WHAT THE EXERCISE ASKS:
From the line below that contains "#59=FACE_BOUND('',#58,.F.);" to the line that contains "#107=VERTEX_POINT('',#106);", repeat every line exactly, both ends included, and nothing else.

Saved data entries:
————————

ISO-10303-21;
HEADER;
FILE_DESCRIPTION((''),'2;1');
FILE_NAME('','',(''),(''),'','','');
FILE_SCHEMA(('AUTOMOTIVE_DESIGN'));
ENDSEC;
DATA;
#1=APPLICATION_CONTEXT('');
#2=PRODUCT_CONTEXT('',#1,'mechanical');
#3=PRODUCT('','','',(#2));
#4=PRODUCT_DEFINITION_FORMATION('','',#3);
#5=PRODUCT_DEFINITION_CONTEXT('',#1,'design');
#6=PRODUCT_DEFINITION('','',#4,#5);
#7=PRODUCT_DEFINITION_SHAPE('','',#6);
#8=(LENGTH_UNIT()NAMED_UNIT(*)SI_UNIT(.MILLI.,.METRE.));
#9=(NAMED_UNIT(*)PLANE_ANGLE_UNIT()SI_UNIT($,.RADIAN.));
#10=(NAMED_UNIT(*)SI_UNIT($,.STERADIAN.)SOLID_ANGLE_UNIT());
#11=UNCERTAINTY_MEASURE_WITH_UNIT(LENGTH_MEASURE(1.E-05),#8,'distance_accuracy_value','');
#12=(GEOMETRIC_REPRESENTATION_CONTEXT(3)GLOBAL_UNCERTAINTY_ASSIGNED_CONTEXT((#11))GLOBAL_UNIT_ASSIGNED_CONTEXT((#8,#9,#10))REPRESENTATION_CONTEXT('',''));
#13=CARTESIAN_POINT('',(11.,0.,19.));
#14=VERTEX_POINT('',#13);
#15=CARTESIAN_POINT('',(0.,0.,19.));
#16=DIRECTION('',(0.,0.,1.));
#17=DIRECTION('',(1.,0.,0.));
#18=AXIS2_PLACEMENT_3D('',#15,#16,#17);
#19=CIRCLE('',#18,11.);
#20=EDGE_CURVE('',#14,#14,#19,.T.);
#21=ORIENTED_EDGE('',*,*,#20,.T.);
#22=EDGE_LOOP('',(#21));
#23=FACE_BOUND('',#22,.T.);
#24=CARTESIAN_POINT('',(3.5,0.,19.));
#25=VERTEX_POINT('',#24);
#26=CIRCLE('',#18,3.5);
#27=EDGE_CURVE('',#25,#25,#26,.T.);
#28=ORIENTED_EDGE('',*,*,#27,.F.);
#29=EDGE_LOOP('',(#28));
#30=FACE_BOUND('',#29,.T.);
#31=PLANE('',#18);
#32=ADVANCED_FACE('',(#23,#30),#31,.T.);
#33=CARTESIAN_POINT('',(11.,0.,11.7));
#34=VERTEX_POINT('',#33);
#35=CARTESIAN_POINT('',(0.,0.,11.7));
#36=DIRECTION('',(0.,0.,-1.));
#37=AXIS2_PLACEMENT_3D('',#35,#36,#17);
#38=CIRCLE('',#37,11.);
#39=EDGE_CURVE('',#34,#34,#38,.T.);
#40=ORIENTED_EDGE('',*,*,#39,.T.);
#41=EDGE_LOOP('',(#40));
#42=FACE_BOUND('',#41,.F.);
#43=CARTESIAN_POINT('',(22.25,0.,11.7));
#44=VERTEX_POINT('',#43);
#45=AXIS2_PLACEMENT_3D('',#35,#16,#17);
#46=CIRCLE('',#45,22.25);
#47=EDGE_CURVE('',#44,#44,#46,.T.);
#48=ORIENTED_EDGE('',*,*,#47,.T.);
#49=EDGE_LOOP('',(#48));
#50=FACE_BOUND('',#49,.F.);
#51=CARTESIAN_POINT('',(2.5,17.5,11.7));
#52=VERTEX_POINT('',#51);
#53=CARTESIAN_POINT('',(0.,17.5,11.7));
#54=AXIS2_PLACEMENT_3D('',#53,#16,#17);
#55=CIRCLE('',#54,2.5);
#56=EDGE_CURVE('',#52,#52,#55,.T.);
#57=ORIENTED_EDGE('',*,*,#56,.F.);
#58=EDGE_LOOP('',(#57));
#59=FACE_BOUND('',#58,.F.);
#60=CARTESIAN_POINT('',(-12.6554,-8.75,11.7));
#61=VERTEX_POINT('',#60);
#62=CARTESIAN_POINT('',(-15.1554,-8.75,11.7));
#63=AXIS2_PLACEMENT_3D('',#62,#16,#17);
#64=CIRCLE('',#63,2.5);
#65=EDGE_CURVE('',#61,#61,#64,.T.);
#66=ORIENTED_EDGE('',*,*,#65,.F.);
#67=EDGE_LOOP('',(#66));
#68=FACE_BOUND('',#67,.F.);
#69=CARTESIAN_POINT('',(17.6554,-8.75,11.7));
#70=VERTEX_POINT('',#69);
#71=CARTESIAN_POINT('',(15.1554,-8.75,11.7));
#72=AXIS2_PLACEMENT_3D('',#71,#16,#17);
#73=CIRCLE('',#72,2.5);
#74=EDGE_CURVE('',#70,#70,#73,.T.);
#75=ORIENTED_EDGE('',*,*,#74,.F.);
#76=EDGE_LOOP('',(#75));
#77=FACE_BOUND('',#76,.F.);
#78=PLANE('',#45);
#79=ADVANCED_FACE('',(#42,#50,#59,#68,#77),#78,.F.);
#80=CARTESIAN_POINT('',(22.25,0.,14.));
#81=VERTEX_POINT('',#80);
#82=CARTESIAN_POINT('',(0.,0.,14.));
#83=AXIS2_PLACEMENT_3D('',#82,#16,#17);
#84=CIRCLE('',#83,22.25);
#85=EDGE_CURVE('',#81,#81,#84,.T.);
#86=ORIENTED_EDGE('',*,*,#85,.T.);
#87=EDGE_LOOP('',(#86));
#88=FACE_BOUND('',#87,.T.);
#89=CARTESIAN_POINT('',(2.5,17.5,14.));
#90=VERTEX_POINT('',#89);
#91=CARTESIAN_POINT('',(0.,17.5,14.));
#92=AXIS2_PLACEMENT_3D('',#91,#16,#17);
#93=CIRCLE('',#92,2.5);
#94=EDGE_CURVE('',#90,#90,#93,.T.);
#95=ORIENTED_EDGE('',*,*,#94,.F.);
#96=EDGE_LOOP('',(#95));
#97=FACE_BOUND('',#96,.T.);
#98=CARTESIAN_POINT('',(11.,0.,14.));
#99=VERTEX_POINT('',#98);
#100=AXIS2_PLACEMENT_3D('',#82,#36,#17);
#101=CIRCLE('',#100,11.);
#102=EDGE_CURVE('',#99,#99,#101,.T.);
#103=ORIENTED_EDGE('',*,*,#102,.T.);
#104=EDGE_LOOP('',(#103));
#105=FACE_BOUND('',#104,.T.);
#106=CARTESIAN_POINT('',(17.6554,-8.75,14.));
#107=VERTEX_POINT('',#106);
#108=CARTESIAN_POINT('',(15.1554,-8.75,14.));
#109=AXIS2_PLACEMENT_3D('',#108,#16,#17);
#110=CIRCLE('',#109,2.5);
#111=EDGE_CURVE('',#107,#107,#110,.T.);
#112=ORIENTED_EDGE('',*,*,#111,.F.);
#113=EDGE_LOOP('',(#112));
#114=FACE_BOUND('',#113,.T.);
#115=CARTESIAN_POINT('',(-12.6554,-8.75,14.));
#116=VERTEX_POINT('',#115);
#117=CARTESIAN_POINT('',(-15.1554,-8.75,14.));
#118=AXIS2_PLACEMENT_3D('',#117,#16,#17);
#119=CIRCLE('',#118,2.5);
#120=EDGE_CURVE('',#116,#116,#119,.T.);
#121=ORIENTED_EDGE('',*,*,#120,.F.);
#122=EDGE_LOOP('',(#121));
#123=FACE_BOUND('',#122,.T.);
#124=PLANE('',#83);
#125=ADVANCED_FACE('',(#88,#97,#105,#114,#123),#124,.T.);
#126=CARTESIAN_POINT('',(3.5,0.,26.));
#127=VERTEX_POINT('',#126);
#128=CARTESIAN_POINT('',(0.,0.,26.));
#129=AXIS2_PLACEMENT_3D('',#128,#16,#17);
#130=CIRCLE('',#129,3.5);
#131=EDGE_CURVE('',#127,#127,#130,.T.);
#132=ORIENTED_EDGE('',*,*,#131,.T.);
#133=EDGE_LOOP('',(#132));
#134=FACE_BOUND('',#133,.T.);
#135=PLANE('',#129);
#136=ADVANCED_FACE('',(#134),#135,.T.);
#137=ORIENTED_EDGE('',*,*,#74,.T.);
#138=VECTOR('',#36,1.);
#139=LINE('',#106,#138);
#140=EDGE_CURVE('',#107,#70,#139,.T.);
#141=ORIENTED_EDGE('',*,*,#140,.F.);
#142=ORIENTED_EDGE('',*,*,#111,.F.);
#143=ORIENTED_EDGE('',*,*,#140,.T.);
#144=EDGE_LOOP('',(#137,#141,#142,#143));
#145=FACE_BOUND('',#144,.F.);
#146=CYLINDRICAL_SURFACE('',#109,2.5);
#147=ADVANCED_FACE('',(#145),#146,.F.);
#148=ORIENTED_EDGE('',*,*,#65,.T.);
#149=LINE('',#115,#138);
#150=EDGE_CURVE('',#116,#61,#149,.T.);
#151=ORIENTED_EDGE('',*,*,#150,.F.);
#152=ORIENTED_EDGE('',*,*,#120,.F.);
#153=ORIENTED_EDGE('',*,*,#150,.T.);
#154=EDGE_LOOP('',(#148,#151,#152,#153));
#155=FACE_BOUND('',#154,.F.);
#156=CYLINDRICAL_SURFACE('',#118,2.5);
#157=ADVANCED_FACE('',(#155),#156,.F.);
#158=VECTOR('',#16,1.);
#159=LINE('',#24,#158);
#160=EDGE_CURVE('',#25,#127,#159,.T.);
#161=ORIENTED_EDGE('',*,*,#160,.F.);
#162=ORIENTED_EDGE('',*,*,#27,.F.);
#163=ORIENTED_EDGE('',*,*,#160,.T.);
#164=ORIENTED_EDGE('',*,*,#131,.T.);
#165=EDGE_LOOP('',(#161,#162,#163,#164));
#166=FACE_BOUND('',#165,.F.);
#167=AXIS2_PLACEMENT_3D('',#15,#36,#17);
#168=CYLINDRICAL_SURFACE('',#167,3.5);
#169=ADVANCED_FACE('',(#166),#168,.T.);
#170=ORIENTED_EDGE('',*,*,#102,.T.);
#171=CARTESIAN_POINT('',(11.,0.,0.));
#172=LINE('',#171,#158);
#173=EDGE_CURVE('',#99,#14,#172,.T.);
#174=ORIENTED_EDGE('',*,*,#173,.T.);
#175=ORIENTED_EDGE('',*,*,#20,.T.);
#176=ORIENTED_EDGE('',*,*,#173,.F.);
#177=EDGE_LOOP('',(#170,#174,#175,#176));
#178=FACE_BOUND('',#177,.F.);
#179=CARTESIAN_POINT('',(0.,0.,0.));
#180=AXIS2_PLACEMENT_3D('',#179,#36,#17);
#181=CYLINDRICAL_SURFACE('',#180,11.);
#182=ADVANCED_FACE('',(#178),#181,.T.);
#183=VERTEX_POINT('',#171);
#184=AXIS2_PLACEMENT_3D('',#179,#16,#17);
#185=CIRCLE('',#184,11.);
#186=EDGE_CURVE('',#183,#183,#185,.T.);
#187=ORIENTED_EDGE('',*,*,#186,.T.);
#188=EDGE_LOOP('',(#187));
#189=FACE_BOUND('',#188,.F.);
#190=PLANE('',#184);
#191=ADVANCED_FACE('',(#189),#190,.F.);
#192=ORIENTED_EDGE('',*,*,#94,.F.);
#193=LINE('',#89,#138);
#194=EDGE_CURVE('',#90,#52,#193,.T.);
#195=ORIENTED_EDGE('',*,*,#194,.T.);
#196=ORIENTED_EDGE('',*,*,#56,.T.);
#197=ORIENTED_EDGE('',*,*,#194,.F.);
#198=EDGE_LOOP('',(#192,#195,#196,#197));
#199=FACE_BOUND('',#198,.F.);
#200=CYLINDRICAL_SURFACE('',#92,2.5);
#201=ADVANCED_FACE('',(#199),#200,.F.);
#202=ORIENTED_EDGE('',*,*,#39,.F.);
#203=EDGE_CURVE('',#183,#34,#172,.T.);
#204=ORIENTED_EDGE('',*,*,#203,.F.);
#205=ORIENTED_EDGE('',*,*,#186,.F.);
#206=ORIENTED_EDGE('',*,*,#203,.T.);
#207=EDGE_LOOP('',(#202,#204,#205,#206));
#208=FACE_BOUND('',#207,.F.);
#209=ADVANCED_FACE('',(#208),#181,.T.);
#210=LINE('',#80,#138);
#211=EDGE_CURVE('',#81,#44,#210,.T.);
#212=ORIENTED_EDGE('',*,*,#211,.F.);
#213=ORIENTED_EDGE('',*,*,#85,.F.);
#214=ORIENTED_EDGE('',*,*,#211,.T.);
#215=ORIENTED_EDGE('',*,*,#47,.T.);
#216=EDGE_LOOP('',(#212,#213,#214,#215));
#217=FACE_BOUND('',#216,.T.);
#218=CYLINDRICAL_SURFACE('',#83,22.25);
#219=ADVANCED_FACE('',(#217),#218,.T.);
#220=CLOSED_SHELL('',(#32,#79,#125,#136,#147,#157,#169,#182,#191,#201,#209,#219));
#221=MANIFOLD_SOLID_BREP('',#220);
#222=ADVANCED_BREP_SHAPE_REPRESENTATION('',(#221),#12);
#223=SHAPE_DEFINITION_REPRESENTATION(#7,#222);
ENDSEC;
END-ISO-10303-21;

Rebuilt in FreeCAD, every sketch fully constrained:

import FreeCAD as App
import Part
import Sketcher
from FreeCAD import Vector

doc = App.newDocument("Part")
body = doc.addObject("PartDesign::Body", "Body")

# Sketch on XY plane
sketch1 = body.newObject("Sketcher::SketchObject", "Sketch")
sketch1.AttachmentSupport = (doc.getObject("XY_Plane"), [""])
sketch1.MapMode = "FlatFace"
sketch1.addGeometry(Part.Circle(Vector(0, 0, 0), Vector(0, 0, 1), 11), False)
sketch1.addConstraint([
    Sketcher.Constraint("Coincident", 0, 3, -1, 1),
    Sketcher.Constraint("Diameter", 0, 22.0),
])
pad1 = body.newObject("PartDesign::Pad", "Pad")
pad1.Profile = sketch1
pad1.Length = 19

# Sketch on XY plane
sketch2 = body.newObject("Sketcher::SketchObject", "Sketch001")
sketch2.AttachmentSupport = (doc.getObject("XY_Plane"), [""])
sketch2.MapMode = "FlatFace"
sketch2.AttachmentOffset = App.Placement(Vector(0, 0, 14), App.Rotation())
sketch2.addGeometry([
    Part.Circle(Vector(0, 0, 0), Vector(0, 0, 1), 22.2),
    Part.Circle(Vector(-15.2, -8.8, 0), Vector(0, 0, 1), 2.5),
    Part.Circle(Vector(15.2, -8.8, 0), Vector(0, 0, 1), 2.5),
    Part.Circle(Vector(0, 17.5, 0), Vector(0, 0, 1), 2.5),
], False)
sketch2.addConstraint([
    Sketcher.Constraint("Coincident", 0, 3, -1, 1),
    Sketcher.Constraint("Equal", 1, 2),
    Sketcher.Constraint("Equal", 2, 3),
    Sketcher.Constraint("Symmetric", 1, 3, 2, 3, -2),
    Sketcher.Constraint("PointOnObject", 3, 3, -2),
    Sketcher.Constraint("Diameter", 1, 5.0),
    Sketcher.Constraint("Diameter", 0, 44.5),
    Sketcher.Constraint("DistanceY", -1, 1, 3, 3, 17.5),
    Sketcher.Constraint("DistanceY", 1, 3, -1, 1, 8.75),
    Sketcher.Constraint("DistanceX", 1, 3, -1, 1, 15.1554),
])
pad2 = body.newObject("PartDesign::Pad", "Pad001")
pad2.Profile = sketch2
pad2.Length = 2.3
pad2.Reversed = True

# Sketch on XY plane
sketch3 = body.newObject("Sketcher::SketchObject", "Sketch002")
sketch3.AttachmentSupport = (doc.getObject("XY_Plane"), [""])
sketch3.MapMode = "FlatFace"
sketch3.AttachmentOffset = App.Placement(Vector(0, 0, 19), App.Rotation())
sketch3.addGeometry(Part.Circle(Vector(0, 0, 0), Vector(0, 0, 1), 3.5), False)
sketch3.addConstraint([
    Sketcher.Constraint("Coincident", 0, 3, -1, 1),
    Sketcher.Constraint("Diameter", 0, 7.0),
])
pad3 = body.newObject("PartDesign::Pad", "Pad002")
pad3.Profile = sketch3
pad3.Length = 7

doc.recompute()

————————

REPLY TO THE EXERCISE:
#59=FACE_BOUND('',#58,.F.);
#60=CARTESIAN_POINT('',(-12.6554,-8.75,11.7));
#61=VERTEX_POINT('',#60);
#62=CARTESIAN_POINT('',(-15.1554,-8.75,11.7));
#63=AXIS2_PLACEMENT_3D('',#62,#16,#17);
#64=CIRCLE('',#63,2.5);
#65=EDGE_CURVE('',#61,#61,#64,.T.);
#66=ORIENTED_EDGE('',*,*,#65,.F.);
#67=EDGE_LOOP('',(#66));
#68=FACE_BOUND('',#67,.F.);
#69=CARTESIAN_POINT('',(17.6554,-8.75,11.7));
#70=VERTEX_POINT('',#69);
#71=CARTESIAN_POINT('',(15.1554,-8.75,11.7));
#72=AXIS2_PLACEMENT_3D('',#71,#16,#17);
#73=CIRCLE('',#72,2.5);
#74=EDGE_CURVE('',#70,#70,#73,.T.);
#75=ORIENTED_EDGE('',*,*,#74,.F.);
#76=EDGE_LOOP('',(#75));
#77=FACE_BOUND('',#76,.F.);
#78=PLANE('',#45);
#79=ADVANCED_FACE('',(#42,#50,#59,#68,#77),#78,.F.);
#80=CARTESIAN_POINT('',(22.25,0.,14.));
#81=VERTEX_POINT('',#80);
#82=CARTESIAN_POINT('',(0.,0.,14.));
#83=AXIS2_PLACEMENT_3D('',#82,#16,#17);
#84=CIRCLE('',#83,22.25);
#85=EDGE_CURVE('',#81,#81,#84,.T.);
#86=ORIENTED_EDGE('',*,*,#85,.T.);
#87=EDGE_LOOP('',(#86));
#88=FACE_BOUND('',#87,.T.);
#89=CARTESIAN_POINT('',(2.5,17.5,14.));
#90=VERTEX_POINT('',#89);
#91=CARTESIAN_POINT('',(0.,17.5,14.));
#92=AXIS2_PLACEMENT_3D('',#91,#16,#17);
#93=CIRCLE('',#92,2.5);
#94=EDGE_CURVE('',#90,#90,#93,.T.);
#95=ORIENTED_EDGE('',*,*,#94,.F.);
#96=EDGE_LOOP('',(#95));
#97=FACE_BOUND('',#96,.T.);
#98=CARTESIAN_POINT('',(11.,0.,14.));
#99=VERTEX_POINT('',#98);
#100=AXIS2_PLACEMENT_3D('',#82,#36,#17);
#101=CIRCLE('',#100,11.);
#102=EDGE_CURVE('',#99,#99,#101,.T.);
#103=ORIENTED_EDGE('',*,*,#102,.T.);
#104=EDGE_LOOP('',(#103));
#105=FACE_BOUND('',#104,.T.);
#106=CARTESIAN_POINT('',(17.6554,-8.75,14.));
#107=VERTEX_POINT('',#106);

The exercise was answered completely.